One of the most important changes is the rise of remote working. While telecommuting is a blessing for some companies, it is not the right solution for every company. That’s what a recent study estimates 90% of the leaders want employees to be able to return to the office in 2023. This is a great question, especially since almost three quarters of the employees need incentives to return to traditional office life. “Because we say so” is no longer a compelling reason, especially in a job market that still is prefers candidates over employers.

You may need to get creative if you want to get your employees back to the office. You’ve probably demonstrated resilience and innovation by enabling your team members to work from anywhere. Now you have to rely on that same innovation mindset to get everyone to show up in person again.

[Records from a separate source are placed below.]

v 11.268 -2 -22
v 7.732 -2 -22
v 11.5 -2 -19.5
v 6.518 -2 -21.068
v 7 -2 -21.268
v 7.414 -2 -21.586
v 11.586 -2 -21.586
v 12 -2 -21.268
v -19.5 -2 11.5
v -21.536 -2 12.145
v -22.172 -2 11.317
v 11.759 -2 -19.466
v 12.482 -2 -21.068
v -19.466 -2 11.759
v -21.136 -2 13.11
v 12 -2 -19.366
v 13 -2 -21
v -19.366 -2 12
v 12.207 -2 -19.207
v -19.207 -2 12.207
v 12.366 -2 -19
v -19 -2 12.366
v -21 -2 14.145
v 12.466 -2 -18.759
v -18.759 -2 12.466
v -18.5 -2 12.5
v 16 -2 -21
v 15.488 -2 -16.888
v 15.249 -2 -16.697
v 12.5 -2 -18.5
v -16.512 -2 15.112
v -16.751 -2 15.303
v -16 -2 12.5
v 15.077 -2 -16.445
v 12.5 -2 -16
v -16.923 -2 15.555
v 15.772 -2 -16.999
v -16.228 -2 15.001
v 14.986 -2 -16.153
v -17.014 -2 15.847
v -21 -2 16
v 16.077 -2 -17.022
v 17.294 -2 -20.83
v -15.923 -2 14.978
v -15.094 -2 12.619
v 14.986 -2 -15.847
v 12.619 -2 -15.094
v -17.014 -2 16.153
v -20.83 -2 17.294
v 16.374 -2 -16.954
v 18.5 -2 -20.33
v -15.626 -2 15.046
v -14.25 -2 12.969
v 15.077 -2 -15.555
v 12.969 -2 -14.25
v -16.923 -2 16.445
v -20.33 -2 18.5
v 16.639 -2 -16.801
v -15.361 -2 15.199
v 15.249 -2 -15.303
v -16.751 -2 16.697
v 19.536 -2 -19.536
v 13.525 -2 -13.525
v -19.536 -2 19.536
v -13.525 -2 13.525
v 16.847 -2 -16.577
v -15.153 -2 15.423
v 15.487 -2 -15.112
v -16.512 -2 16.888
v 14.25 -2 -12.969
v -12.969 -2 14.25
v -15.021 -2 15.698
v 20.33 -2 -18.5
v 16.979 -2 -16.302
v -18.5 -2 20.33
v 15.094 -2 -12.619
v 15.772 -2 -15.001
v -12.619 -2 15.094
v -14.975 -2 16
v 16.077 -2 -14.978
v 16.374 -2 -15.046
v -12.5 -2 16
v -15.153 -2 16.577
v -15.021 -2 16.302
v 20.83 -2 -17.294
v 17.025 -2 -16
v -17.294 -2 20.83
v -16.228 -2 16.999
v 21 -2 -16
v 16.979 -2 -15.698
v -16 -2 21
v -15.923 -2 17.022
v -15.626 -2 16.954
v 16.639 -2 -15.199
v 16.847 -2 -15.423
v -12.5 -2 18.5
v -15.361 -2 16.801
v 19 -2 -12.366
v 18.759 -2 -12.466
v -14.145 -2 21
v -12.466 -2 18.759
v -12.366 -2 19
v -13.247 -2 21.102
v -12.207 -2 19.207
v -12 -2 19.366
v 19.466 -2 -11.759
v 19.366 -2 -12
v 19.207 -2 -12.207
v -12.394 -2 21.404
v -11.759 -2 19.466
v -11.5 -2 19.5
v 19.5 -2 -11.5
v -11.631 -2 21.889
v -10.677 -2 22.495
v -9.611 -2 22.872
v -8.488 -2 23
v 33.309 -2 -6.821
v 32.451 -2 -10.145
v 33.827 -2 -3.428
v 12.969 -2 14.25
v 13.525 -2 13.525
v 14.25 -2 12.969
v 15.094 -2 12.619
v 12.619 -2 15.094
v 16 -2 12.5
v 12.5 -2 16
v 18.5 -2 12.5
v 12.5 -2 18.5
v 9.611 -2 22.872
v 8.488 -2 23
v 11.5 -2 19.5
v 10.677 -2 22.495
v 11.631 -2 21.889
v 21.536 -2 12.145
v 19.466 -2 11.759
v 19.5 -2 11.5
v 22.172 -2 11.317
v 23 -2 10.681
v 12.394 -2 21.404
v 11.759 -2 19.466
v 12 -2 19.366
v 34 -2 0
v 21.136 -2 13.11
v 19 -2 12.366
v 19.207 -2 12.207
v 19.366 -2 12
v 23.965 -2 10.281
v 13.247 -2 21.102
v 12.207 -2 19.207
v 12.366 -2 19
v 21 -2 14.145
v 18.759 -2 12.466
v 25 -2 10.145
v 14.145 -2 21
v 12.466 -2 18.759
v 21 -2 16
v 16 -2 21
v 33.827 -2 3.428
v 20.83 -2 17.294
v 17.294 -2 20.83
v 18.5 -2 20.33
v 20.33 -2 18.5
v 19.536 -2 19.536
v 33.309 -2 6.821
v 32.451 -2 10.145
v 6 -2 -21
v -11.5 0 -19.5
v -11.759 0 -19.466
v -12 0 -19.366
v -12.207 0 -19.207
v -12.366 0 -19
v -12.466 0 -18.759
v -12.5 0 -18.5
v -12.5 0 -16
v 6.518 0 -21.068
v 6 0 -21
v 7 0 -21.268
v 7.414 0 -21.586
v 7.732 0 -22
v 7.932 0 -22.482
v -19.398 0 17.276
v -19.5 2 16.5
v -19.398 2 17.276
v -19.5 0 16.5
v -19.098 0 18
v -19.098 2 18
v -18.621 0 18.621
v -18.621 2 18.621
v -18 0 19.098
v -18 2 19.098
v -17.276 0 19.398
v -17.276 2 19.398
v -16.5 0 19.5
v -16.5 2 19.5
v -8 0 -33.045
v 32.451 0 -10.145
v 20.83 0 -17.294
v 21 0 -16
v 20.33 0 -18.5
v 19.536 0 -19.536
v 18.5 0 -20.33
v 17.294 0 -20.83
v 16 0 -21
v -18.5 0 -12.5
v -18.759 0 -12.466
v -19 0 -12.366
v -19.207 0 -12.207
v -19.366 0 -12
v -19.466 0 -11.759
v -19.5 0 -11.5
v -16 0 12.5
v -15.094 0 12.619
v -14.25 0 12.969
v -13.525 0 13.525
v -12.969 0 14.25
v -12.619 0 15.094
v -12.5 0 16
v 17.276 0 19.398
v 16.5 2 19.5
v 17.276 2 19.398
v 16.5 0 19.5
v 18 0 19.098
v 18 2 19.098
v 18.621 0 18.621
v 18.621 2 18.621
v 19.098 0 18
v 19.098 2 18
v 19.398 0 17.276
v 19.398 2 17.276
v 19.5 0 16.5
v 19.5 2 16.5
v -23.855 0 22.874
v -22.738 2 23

If you’re wondering how to get employees excited to get back to the office, consider these recommendations:

1. Redesign your culture.

Instead of turning back the clock and pretending nothing happened, use this moment to reinvent your culture. Many corporate cultures could use a restart anyway. Now could be the perfect time to try something different to boost connectivity and camaraderie.

Jasmine Pierichead of arts program, events and member experience at The Yard, says her company is bringing everyone back to a warmer, more artsy workplace.

“Each of our 11 locations has a curator in residence who, together with me, organizes one exhibition per quarter at each location,” says Pierik. Bringing accessible gallery space to the local creative community, the program surrounds team members with stunning, thought-provoking art that changes regularly. This catalyzes conversation and connection. “It adds another layer to what we do here, diversifying the ecosystem and making The Yard much more than a place to work,” says Pierik.

Your employees will appreciate creative solutions to make your workplace more attractive and unique. Be proactive and involve your employees in these decisions. Gather feedback and come up with fun ways to emulate what your employees love about being at home. The more input you allow your employees, the more likely they are to want to return.

2. Embrace the conversation with the water cooler.

Chris Capossela, chief marketing officer and executive vice president of consumer business at Microsoft, describes the underlying reasons why most attempts to return to work fail. “No one wants to go to the office and video call and answer emails and pings all day,” writes Kapossela.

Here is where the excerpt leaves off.